If you read really good lecture notes or book, they'd tell you that in scattering theory the plane-wave solutions usually presented are handwaving.

Usually you do perturbation theory to derive S-matrix elements. Using plane waves for the in- and out-states you get matrix elements
$$S_{fi} \propto \delta^{(4)}(p_{\text{in}}-p_{\text{out}}).$$
Though I use relativistic notation here, the same holds true for the non-relativistic case either.
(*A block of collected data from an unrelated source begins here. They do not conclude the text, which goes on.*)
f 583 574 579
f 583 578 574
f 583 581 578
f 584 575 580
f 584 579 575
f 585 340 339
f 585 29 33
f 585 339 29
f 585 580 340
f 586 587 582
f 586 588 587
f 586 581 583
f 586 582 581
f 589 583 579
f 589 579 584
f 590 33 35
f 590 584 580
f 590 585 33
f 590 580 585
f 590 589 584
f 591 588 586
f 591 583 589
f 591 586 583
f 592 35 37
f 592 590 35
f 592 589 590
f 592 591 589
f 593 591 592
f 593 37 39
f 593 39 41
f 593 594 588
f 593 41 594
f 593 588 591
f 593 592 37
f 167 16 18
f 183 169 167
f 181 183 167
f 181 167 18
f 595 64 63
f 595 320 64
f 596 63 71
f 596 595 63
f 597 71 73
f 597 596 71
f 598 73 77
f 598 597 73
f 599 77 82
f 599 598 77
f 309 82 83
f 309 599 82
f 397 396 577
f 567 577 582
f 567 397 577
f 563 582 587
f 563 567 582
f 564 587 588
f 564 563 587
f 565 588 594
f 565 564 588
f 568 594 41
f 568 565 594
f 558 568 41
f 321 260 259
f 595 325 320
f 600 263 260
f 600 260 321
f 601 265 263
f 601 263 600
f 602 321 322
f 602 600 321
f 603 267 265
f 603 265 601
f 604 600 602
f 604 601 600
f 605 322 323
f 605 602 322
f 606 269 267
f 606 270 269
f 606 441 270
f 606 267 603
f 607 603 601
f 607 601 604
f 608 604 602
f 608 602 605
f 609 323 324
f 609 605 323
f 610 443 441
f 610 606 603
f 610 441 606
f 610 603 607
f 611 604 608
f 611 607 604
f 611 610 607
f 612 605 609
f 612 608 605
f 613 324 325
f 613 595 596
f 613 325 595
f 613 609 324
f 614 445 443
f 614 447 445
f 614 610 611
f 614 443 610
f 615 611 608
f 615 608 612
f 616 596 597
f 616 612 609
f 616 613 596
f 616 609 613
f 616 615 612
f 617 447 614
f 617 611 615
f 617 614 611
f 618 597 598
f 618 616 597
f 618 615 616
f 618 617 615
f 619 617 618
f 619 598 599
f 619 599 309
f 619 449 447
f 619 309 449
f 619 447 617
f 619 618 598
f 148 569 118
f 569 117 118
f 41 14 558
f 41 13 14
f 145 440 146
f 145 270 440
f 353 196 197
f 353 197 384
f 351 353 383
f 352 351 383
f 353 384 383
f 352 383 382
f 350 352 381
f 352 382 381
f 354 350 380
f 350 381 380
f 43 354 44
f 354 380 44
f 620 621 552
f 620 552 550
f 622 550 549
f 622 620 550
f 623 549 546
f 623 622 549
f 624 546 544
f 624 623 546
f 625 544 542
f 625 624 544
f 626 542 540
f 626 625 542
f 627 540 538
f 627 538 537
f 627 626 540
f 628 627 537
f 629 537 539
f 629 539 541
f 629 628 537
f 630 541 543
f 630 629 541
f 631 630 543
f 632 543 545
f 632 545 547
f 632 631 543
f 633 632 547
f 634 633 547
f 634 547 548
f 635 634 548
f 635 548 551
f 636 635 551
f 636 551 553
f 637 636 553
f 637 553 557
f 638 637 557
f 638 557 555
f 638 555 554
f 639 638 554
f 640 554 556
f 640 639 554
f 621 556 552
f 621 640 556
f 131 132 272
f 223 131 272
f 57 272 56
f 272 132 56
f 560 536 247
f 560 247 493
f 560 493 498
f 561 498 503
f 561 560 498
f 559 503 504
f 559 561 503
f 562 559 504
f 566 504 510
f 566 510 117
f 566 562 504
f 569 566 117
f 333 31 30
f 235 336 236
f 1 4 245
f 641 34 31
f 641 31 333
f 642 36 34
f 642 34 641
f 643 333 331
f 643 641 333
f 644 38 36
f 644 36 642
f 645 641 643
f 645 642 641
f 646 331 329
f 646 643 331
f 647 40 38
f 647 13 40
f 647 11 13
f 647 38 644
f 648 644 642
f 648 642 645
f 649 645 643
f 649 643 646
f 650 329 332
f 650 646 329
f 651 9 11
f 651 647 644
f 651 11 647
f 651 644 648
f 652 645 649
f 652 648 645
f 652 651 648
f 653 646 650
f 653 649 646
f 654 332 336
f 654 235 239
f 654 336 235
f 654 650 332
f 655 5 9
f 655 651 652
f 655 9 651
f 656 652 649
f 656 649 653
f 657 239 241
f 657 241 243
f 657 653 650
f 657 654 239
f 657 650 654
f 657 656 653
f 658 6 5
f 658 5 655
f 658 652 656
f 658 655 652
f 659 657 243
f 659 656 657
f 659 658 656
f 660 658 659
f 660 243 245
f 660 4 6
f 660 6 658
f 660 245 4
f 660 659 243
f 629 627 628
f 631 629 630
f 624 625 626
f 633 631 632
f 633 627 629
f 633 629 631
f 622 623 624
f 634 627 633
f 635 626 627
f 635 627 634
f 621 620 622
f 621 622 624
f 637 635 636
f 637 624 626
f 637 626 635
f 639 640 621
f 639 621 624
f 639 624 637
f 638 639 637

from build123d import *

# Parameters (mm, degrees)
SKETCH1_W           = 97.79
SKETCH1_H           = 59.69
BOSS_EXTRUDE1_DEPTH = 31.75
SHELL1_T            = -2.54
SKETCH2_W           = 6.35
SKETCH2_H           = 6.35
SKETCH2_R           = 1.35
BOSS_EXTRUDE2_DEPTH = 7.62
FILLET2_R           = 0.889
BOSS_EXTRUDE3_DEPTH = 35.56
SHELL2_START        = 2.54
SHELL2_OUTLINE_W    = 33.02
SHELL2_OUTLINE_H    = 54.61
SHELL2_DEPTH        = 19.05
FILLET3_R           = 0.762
Now formally, the S-matrix element must be squared to yield transition probabilities, but you can't calculate $|S_{fi}|^2$, because it simply doesn't make sense to square a $\delta$-distribution!

There are two ways out: The first one is pragmatic and also regularizes a lot of mathematical trouble too (like the issue with Haag's theorem in relativistic QFT): Just think of your lab as a huge but finite box. To have still traveling-wave energy eigensolutions impose periodic boundary conditions. Then the momentum spectrum gets discrete, and the corresponding eigenfunctions are normalizable. You have $\vec{p} \in \frac{2 \pi}{L} \mathbb{Z}^3$ if you choose a cube of length $L$ as this "quantization volume". The eigenstates are $$u_{\vec{p}}=\frac{1}{\sqrt{L^3}} \exp(\mathrm{i} \vec{p} \cdot \vec{x},$$
and now you have
$$\langle u_{\vec{p}}|u_{\vec{p}'}\rangle = \int_{V} \mathrm{d}^3 \vec{x} u_{\vec{p}}^*(\vec{x}) u_{\vec{p}'}(\vec{x})=\delta_{\vec{p},\vec{p}'},$$
i.e., you get a Kronecker $\delta$ for the discrete momenta and not a $\delta$ distribution as in the infinite-volume case, which you can take at the end of the calculation. The upshot is that if you write
$$S_{fi}=\delta_{ji}-\mathrm{i} (2 \pi)^4 M_{fi} \delta^{(4)}(p_{\text{in}}-p_{\text{out}}),$$
the squared matrix element (leaving out the no-scattering piece) to be taken in cross-section calculations is
$$|T_{fi}|^2 (2 \pi)^4 \delta^{(4)}(p_{\text{in}}-p_{\text{out}}).$$
The more physical solution is to indeed use wave packets for the in- and out-states. Then nowhere squares of $\delta$ distributions occur, and again at the end of the calculation you can take the limit of wave packets with sharply defined momenta. This is carefully discussed in

M. Peskin, D. V. Schroeder, An Introduction to Quantum Field Theory, Addison-Wesley Publ. Comp., Reading,
Massachusetts (1995).

For non-relativistic QM you find a very good discussion of scattering theory in

A. Messiah, Quantum Mechanics, Dover Publications, New York (1999).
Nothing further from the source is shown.